Six men, including a father of two, were arrested in Kosovo in March and transported by private plane to Turkey as part of an operation conducted by Erdogan's intelligence agency. (This decision surprised the Prime Minister of Kosovo, Ramush Haradinaj, who said he was not informed and then dismissed his Minister of the Interior.)

The wife of Mustafa Ceyhan, a businessman, said he was abducted on April 28 in front of a courthouse in Azerbaijan. The Turkish authorities subsequently confirmed that he had been taken to Istanbul where he had been detained pending trial.
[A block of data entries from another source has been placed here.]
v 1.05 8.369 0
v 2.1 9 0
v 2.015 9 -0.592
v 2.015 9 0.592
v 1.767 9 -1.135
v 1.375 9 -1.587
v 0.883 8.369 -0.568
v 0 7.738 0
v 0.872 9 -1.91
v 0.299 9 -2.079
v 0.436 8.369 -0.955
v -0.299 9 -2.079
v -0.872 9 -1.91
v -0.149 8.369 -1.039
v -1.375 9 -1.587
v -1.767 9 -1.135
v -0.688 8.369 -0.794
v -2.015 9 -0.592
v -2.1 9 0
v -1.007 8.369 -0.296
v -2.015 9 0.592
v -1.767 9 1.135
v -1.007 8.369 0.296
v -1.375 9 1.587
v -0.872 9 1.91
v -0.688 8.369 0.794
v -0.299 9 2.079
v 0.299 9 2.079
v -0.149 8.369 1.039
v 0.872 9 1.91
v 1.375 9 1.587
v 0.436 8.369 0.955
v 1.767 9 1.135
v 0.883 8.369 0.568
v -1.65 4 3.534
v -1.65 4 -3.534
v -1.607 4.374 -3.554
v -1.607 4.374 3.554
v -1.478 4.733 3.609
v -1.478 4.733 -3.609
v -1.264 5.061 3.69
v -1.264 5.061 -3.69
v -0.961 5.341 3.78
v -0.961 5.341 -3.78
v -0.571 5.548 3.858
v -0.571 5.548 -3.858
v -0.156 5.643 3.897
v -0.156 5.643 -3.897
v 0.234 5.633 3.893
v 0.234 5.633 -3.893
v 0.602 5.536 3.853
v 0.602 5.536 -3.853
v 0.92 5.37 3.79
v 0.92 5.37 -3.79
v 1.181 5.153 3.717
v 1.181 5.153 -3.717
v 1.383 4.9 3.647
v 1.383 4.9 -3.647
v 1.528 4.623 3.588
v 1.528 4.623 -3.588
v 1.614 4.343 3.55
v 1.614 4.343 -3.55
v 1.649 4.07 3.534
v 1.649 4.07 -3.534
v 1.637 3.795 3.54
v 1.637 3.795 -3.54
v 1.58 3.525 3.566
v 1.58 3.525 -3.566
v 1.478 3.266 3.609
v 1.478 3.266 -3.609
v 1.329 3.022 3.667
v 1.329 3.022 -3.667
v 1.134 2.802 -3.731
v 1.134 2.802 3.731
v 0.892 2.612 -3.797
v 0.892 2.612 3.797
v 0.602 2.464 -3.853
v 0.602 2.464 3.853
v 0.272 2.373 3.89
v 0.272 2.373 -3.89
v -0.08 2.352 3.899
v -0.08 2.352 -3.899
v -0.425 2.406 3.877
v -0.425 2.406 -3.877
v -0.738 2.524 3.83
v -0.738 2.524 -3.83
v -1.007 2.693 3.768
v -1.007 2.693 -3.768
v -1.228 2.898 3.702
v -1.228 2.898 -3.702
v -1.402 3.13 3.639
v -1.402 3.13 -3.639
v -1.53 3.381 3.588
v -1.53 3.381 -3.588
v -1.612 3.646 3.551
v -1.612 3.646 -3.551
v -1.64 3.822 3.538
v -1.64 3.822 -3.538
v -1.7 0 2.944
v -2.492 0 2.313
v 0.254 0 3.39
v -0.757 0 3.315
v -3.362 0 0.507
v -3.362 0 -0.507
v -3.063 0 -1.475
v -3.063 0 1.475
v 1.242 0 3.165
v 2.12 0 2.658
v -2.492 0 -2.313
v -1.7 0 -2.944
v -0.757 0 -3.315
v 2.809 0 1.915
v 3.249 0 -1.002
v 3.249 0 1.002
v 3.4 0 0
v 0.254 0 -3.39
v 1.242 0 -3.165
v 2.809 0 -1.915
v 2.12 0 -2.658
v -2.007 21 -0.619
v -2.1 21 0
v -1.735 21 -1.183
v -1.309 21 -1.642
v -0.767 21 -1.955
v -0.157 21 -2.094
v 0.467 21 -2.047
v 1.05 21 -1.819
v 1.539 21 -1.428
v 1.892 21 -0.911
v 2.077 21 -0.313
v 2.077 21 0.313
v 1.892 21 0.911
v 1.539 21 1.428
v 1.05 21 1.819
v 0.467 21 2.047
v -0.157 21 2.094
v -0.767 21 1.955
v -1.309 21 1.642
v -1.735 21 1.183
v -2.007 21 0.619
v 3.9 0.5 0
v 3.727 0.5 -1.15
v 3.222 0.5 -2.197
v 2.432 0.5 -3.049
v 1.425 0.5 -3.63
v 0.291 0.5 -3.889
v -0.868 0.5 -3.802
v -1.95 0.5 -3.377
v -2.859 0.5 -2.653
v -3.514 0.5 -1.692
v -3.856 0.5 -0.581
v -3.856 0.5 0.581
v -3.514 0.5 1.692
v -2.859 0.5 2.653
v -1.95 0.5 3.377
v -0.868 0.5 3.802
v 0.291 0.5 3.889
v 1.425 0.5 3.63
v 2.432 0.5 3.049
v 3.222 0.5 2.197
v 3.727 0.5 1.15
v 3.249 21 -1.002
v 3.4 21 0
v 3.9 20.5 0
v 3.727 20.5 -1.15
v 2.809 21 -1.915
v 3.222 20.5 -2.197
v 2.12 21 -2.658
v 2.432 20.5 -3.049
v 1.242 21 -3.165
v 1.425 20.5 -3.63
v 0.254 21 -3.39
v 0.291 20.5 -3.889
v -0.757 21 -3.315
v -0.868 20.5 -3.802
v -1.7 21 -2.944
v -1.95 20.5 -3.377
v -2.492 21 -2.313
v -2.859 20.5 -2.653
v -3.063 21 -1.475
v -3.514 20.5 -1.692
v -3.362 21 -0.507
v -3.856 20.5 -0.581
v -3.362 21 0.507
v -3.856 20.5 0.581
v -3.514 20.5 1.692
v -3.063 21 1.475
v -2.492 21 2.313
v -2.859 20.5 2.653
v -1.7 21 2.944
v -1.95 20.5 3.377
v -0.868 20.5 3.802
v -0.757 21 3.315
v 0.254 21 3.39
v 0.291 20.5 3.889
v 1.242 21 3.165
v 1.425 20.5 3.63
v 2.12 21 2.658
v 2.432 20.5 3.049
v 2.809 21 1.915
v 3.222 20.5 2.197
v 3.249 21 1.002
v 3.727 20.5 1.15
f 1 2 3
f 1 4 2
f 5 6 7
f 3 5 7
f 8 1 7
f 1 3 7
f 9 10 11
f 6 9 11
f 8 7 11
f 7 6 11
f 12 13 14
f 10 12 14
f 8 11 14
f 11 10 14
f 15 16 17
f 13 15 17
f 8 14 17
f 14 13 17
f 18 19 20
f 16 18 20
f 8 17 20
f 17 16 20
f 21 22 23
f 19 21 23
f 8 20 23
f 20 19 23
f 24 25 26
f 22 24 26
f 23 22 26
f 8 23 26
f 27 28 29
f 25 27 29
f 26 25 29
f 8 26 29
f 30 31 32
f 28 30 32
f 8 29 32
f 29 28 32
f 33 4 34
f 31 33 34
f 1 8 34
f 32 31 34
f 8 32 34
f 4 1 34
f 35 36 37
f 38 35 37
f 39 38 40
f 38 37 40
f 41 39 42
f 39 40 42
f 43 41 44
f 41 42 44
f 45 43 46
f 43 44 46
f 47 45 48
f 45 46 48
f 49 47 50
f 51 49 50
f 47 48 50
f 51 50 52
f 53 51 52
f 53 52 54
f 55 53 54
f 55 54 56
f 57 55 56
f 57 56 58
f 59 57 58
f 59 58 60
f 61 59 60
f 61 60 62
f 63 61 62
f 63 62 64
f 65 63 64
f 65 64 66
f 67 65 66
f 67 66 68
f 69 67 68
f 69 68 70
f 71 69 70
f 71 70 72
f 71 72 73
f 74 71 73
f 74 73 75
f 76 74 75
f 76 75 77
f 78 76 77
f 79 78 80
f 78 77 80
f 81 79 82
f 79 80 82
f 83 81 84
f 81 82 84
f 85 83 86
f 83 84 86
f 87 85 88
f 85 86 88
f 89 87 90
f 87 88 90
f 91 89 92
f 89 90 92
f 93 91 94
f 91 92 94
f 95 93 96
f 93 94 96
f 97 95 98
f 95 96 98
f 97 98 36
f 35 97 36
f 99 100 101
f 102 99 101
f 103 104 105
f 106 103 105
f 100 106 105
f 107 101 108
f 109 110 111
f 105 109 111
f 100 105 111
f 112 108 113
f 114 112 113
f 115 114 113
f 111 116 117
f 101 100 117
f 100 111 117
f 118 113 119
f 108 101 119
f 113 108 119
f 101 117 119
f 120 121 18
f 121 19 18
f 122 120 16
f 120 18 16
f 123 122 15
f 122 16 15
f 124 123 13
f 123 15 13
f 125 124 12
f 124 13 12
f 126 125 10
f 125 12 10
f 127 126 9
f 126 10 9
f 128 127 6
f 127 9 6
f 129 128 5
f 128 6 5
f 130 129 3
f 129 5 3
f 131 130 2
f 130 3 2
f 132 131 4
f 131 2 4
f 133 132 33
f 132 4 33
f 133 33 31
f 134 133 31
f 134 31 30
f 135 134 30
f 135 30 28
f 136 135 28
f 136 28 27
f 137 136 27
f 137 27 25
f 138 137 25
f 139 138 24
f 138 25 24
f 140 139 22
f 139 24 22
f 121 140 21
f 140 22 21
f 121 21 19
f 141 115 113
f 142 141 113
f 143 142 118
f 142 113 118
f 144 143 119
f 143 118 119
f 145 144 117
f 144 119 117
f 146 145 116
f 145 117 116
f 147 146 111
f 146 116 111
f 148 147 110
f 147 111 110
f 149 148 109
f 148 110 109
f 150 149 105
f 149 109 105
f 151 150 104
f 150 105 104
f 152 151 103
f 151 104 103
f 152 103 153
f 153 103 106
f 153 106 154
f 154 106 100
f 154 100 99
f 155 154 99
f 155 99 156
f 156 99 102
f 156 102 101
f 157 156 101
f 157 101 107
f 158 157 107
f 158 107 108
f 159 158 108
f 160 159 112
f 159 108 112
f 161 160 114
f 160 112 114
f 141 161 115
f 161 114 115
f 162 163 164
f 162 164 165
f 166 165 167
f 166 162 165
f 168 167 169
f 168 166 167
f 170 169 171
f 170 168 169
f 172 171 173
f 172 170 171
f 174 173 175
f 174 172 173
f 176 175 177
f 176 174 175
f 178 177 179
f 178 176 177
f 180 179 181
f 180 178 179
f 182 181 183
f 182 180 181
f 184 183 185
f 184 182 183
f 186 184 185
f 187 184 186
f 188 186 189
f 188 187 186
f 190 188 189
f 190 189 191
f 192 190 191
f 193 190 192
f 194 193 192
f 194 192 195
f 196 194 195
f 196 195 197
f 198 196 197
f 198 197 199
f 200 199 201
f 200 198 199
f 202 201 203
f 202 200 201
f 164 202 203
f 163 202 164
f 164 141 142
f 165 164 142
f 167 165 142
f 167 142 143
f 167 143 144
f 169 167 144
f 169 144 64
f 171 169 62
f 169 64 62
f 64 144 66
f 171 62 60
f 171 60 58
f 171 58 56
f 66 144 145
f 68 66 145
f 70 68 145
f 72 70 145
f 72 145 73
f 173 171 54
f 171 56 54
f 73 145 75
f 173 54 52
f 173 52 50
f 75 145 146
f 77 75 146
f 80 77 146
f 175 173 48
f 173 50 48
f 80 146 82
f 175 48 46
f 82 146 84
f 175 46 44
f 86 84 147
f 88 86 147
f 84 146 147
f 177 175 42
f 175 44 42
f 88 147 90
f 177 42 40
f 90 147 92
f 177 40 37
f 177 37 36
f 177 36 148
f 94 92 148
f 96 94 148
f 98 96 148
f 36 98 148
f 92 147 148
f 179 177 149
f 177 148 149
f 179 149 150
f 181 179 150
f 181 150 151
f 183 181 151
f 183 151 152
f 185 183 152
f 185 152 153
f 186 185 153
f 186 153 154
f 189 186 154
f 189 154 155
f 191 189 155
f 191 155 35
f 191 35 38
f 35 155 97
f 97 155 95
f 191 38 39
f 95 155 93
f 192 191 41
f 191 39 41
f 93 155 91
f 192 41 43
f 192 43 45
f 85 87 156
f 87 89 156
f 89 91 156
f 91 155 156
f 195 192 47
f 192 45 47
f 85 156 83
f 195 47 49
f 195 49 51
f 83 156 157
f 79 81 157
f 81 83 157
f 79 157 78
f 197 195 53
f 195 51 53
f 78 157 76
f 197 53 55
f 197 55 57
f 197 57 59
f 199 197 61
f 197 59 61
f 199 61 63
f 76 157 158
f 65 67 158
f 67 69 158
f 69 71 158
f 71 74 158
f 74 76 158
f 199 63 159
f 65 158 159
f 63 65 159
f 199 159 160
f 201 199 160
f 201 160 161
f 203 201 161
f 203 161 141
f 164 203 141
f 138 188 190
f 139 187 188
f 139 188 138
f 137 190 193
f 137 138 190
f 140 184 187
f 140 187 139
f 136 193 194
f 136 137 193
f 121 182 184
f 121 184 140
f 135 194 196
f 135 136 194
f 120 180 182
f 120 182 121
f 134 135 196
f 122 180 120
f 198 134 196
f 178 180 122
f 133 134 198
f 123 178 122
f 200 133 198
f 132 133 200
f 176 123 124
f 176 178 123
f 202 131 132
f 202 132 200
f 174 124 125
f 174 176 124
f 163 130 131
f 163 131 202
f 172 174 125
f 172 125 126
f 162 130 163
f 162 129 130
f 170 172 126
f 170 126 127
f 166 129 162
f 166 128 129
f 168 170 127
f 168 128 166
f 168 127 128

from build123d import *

# Parameters (mm, degrees)
SKETCH_1_R             = 3.9
EXTRUDE_1_DEPTH        = 21
HOLE_WIZARD_M4_1_D     = 3.3
HOLE_WIZARD_M5_1_D     = 4.2
HOLE_WIZARD_M5_1_DEPTH = 12
HOLE_WIZARD_M5_1_TIP   = 1.2618073
CHAMFER_1_SIZE         = 0.5


with BuildPart() as part:
    # 草图1 → 凸台-拉伸1 (new body)
    with BuildSketch(Plane(origin=(0, 0, 0), x_dir=(1, 0, 0), z_dir=(0, 1, 0))):
        Circle(SKETCH_1_R)
    extrude(amount=EXTRUDE_1_DEPTH)

    # M4 螺纹孔1 (through all)
    with Locations(Plane.XY.offset(3.9)):
        with Locations((0, 4)):
            Hole(HOLE_WIZARD_M4_1_D / 2)

    # M5 螺纹孔1
    with Locations(Plane(origin=(0, 21, 0), x_dir=(1, 0, 0), z_dir=(0, 1, 0))):
        with Locations((0, 0)):
            Hole(HOLE_WIZARD_M5_1_D / 2, depth=HOLE_WIZARD_M5_1_DEPTH)
            with Locations((0, 0, -(HOLE_WIZARD_M5_1_DEPTH + HOLE_WIZARD_M5_1_TIP / 2))):  # 118° drill point
                Cone(0, HOLE_WIZARD_M5_1_D / 2, HOLE_WIZARD_M5_1_TIP, mode=Mode.SUBTRACT)

    # 倒角1
    chamfer_1_edges = [part.edges().sort_by_distance(p)[0] for p in [
        (-3.9, 0, 0),
        (-3.9, 21, 0),
    ]]
    chamfer(chamfer_1_edges, length=CHAMFER_1_SIZE)


solid = part.part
Turkish President Recep Tayyip Erdogan
Turkish President Recep Tayyip Erdogan delivers a speech at the UN General Assembly on Tuesday.Mary Altaffer / AP

In total, Turkey has admitted to detaining at least 80 citizens in 18 countries since it launched a crackdown after the coup d'état of such magnitude that it builds hundreds of additional prisons.

Alp Aslandogan, executive director of the Alliance for Shared Values, a New York-based nonprofit organization and member of the Gulen global movement, said: "The Turkish presidential spokesman, Ibrahim Kalin, recognizes clearly and clearly violation of international law and agreements to which Turkey is a party ".

Aslandogan added, "Rather than being ashamed of such operations, they boast of them. While other countries have facilitated such extrajudicial operations, the United States, which adheres to the rule of law, must strongly oppose Turkish demands and operations. "

Earlier this year, US prosecutors dropped charges against 11 of Erdogan's 15 bodyguards, charged after a fight with protesters outside the Turkish embassy in Washington in May 2017.